Gurdjieff was supposedly in Tibet during this period. "Beelzebub's Tales "gives an account of the history of a particular esoteric group, always numbering seven people, which had been founded by a divine messenger named by Gurdjieff in his typically idiosyncratic style as Saint Krishnatkharna. This is generally taken to refer to Krishna. This group endured and adapted through the time of Buddha and the arrival of his teaching in Tibet with its adoption by Saint Lama who can be thought of as Padmasambhava, founder of Tibetan Buddhism. The group were extremely powerful and played a mysterious role in the balance of global forces.

They were still active when the Younghusband expedition entered Tibet. Their leader was present when a kind of national assembly discussed how best to meet the challenge.

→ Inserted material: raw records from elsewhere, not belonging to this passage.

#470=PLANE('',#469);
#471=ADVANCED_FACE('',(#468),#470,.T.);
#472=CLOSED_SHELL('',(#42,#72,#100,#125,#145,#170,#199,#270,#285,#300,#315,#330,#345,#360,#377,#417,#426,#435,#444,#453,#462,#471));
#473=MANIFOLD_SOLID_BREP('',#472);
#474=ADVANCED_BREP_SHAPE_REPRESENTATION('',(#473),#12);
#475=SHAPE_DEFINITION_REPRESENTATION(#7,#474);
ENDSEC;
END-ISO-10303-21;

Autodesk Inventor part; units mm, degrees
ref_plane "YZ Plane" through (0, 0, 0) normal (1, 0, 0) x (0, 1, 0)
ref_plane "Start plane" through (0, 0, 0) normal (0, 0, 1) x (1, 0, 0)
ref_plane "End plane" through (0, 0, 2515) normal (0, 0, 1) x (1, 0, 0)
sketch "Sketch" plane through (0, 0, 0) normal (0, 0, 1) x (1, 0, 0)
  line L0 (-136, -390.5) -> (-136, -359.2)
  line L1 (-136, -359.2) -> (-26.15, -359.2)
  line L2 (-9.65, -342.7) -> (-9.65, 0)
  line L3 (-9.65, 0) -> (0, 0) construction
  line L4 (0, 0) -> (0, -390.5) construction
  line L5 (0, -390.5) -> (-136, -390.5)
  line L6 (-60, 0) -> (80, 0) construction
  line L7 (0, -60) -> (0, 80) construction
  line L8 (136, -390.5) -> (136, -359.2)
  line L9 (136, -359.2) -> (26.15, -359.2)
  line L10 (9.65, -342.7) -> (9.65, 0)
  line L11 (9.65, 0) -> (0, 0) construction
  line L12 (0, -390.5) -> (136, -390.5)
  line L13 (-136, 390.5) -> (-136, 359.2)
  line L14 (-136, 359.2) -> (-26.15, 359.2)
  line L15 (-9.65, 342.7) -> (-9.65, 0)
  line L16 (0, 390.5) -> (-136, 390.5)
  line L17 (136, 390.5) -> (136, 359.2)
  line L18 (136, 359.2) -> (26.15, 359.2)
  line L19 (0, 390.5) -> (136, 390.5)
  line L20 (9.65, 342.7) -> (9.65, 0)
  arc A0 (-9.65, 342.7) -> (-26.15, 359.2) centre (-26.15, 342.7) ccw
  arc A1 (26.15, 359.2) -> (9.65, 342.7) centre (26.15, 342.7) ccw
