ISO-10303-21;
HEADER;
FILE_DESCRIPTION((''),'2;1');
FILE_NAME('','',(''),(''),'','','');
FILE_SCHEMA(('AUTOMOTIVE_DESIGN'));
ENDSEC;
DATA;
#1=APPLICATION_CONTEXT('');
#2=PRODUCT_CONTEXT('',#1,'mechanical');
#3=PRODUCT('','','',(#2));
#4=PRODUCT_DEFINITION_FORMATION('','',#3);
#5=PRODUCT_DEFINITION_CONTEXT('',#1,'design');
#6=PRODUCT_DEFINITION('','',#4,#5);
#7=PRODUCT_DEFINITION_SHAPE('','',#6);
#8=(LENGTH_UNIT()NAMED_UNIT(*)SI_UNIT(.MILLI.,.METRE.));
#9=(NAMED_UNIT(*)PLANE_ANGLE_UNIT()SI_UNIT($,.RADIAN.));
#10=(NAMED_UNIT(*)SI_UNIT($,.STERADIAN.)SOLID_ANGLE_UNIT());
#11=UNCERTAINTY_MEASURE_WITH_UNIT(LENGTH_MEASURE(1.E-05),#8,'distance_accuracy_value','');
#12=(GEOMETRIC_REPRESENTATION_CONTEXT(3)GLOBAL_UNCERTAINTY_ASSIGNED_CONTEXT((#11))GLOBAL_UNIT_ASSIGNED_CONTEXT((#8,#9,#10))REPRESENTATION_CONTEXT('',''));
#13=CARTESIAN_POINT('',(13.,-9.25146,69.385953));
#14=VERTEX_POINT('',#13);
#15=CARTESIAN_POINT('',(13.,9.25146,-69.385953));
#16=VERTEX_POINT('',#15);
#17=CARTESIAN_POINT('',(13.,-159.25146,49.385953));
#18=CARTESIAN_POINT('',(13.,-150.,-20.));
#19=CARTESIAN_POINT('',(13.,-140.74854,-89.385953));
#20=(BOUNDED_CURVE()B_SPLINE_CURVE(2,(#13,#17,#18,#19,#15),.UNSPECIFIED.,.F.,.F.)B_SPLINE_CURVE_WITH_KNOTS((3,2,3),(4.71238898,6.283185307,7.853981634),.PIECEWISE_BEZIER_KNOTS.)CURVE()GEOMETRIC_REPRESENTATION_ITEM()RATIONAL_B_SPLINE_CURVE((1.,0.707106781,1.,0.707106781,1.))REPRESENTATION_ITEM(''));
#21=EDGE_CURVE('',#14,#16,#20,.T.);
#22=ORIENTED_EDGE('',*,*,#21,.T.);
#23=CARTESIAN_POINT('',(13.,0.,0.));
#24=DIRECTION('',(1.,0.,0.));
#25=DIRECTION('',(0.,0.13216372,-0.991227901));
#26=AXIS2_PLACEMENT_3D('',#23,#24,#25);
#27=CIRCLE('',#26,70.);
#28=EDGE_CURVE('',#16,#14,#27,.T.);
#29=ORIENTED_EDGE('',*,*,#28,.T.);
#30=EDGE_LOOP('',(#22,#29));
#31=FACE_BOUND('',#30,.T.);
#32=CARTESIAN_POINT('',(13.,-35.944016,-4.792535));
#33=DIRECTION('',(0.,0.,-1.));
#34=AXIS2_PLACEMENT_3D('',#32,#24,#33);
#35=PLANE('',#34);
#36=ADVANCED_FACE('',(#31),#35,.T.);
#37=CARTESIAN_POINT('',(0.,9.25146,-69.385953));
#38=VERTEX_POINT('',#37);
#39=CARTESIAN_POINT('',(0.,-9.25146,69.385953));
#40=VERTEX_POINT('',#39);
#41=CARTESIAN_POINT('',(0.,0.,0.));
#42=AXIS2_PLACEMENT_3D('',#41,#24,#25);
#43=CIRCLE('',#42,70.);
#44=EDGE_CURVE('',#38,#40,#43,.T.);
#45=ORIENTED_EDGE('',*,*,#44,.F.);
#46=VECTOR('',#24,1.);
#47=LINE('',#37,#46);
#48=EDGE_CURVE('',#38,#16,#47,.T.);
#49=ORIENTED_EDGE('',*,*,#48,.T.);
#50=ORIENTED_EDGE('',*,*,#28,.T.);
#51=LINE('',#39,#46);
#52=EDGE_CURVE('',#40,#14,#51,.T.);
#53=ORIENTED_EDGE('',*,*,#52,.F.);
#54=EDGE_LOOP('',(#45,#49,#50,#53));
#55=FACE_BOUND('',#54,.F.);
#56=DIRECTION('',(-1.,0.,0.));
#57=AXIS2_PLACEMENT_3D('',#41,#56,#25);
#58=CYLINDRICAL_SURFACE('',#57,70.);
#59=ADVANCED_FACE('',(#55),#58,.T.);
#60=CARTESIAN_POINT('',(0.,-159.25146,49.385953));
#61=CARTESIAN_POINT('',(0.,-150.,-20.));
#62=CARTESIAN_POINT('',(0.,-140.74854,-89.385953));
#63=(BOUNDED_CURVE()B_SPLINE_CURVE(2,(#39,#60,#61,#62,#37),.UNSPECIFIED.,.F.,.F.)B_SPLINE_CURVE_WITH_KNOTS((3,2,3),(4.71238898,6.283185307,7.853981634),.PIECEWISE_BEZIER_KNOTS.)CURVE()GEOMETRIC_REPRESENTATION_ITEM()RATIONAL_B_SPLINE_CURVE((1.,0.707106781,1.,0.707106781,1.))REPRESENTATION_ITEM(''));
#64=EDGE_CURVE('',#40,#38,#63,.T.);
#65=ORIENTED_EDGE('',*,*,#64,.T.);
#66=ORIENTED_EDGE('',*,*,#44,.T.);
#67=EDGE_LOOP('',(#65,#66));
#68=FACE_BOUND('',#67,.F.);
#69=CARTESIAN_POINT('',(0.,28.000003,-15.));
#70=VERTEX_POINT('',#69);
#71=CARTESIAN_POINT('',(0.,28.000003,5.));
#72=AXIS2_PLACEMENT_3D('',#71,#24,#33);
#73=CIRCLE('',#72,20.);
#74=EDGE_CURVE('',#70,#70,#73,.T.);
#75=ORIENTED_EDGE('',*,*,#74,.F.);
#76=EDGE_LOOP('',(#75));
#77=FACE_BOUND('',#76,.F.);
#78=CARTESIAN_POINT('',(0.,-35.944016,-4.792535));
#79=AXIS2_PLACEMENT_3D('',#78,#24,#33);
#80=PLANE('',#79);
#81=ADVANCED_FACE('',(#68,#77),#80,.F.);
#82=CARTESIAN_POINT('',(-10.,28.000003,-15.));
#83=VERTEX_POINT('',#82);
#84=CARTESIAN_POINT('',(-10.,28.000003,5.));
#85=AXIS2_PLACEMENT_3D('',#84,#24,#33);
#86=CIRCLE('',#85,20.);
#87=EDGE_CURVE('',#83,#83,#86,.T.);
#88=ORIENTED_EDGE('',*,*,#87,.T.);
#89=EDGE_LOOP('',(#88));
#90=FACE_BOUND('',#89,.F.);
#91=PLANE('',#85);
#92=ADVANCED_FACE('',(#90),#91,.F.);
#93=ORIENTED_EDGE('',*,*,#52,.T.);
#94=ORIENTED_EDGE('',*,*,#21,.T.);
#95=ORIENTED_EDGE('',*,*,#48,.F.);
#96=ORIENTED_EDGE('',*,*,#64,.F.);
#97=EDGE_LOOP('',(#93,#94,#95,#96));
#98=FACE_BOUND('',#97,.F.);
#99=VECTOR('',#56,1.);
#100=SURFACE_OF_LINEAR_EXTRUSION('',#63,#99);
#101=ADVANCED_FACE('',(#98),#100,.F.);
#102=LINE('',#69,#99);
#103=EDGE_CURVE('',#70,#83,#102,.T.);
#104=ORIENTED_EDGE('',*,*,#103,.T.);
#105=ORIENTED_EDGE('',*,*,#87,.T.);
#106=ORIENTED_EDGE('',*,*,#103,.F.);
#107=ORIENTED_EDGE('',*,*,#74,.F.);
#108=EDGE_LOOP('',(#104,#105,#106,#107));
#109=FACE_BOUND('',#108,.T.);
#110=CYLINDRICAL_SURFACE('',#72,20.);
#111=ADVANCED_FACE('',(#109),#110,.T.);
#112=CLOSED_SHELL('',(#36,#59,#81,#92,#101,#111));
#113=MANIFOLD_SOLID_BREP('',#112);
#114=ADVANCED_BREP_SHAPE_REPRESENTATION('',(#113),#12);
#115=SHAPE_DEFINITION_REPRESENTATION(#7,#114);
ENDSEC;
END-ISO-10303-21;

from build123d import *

# Parameters (mm, degrees)
RESSALTO_EXTRUS_O11_DEPTH = 13
ESBO_O44_R                = 20
RESSALTO_EXTRUS_O12_DEPTH = 10


with BuildPart() as part:
    # Esboço43 → Ressalto-extrusão11 (new body)
    with BuildSketch(Plane(origin=(0, 0, 0), x_dir=(0, 0, -1), z_dir=(1, 0, 0))):
        with BuildLine():
            ThreePointArc((69.385953048, 9.251460406), (-9.251460406, 69.385953048), (-69.385953048, -9.251460406))
            add(Edge.make_bspline(
                [(-69.385953048, -9.251460406), (-49.385953048, -159.251460406), (20, -150), (89.385953048, -140.748539594), (69.385953048, 9.251460406)],
                knots=[4.71238898, 4.71238898, 4.71238898, 6.283185307, 6.283185307, 7.853981634, 7.853981634, 7.853981634], degree=2, weights=[1, 0.707106781, 1, 0.707106781, 1]))
        make_face()
    extrude(amount=RESSALTO_EXTRUS_O11_DEPTH)

    # Esboço44 → Ressalto-extrusão12 (add)
    with BuildSketch(Plane(origin=(0, 0, 0), x_dir=(0, 0, -1), z_dir=(1, 0, 0))):
        with Locations((-5, 28.000002978)):
            Circle(ESBO_O44_R)
    extrude(amount=-RESSALTO_EXTRUS_O12_DEPTH)


solid = part.part
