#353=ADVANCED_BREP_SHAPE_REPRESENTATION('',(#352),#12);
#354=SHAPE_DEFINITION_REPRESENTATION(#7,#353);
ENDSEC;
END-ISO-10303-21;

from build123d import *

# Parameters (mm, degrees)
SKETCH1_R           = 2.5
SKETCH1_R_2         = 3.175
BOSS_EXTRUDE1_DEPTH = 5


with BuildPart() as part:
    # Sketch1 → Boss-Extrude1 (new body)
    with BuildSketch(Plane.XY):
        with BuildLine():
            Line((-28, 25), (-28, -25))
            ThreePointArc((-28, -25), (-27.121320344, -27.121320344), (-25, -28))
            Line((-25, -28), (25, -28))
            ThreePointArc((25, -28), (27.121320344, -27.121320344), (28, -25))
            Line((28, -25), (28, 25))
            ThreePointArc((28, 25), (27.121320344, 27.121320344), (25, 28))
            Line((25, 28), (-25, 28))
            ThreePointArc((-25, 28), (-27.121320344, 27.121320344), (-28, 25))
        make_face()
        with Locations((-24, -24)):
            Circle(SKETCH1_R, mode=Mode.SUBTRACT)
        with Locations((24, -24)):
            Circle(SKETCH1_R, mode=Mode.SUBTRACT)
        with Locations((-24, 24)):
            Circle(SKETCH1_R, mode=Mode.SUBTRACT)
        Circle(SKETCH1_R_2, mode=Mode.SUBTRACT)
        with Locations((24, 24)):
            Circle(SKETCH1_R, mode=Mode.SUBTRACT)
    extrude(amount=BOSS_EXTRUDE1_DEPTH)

He advocated a pacifist approach which was subsequently adopted with him accompanying a group sent out to meet the British. This went horribly wrong when the great adept was shot dead.

The dynamic of the group of seven which had lasted for millennia was fatally compromised. There were detailed instructions handed down from Saint Lama concerning the transmission of the teachings by the leader which were determined by the spiritual preparedness of the other six. The leader was on the verge of becoming the divine messenger of the age. At the vital point the survivors were on the threshold but the process was incomplete. They took a hardcore esoteric option, attempting to communicate through the corpse of their leader with what might be termed his spiritual energies. Gurdjieff used a variety of complex terminology to describe the process. For such an undertaking to be successful it should have been started whilst the leader was still alive.

Sufficient to say the gamble catastrophically failed. Some kind of negative alchemy occurred resulting in a huge explosion referred to by Gurdjieff as the "Sobrionolian contact." The remaining group were killed and all of the texts and relics of their tradition were destroyed. This disaster meant that planetary conditions as a whole immediately deteriorated. To what extent the story is meant to be taken literally is difficult to assess. Nonetheless Gurdjieff is clearly pointing to a time and place where he believed that a crucial shift had occurred.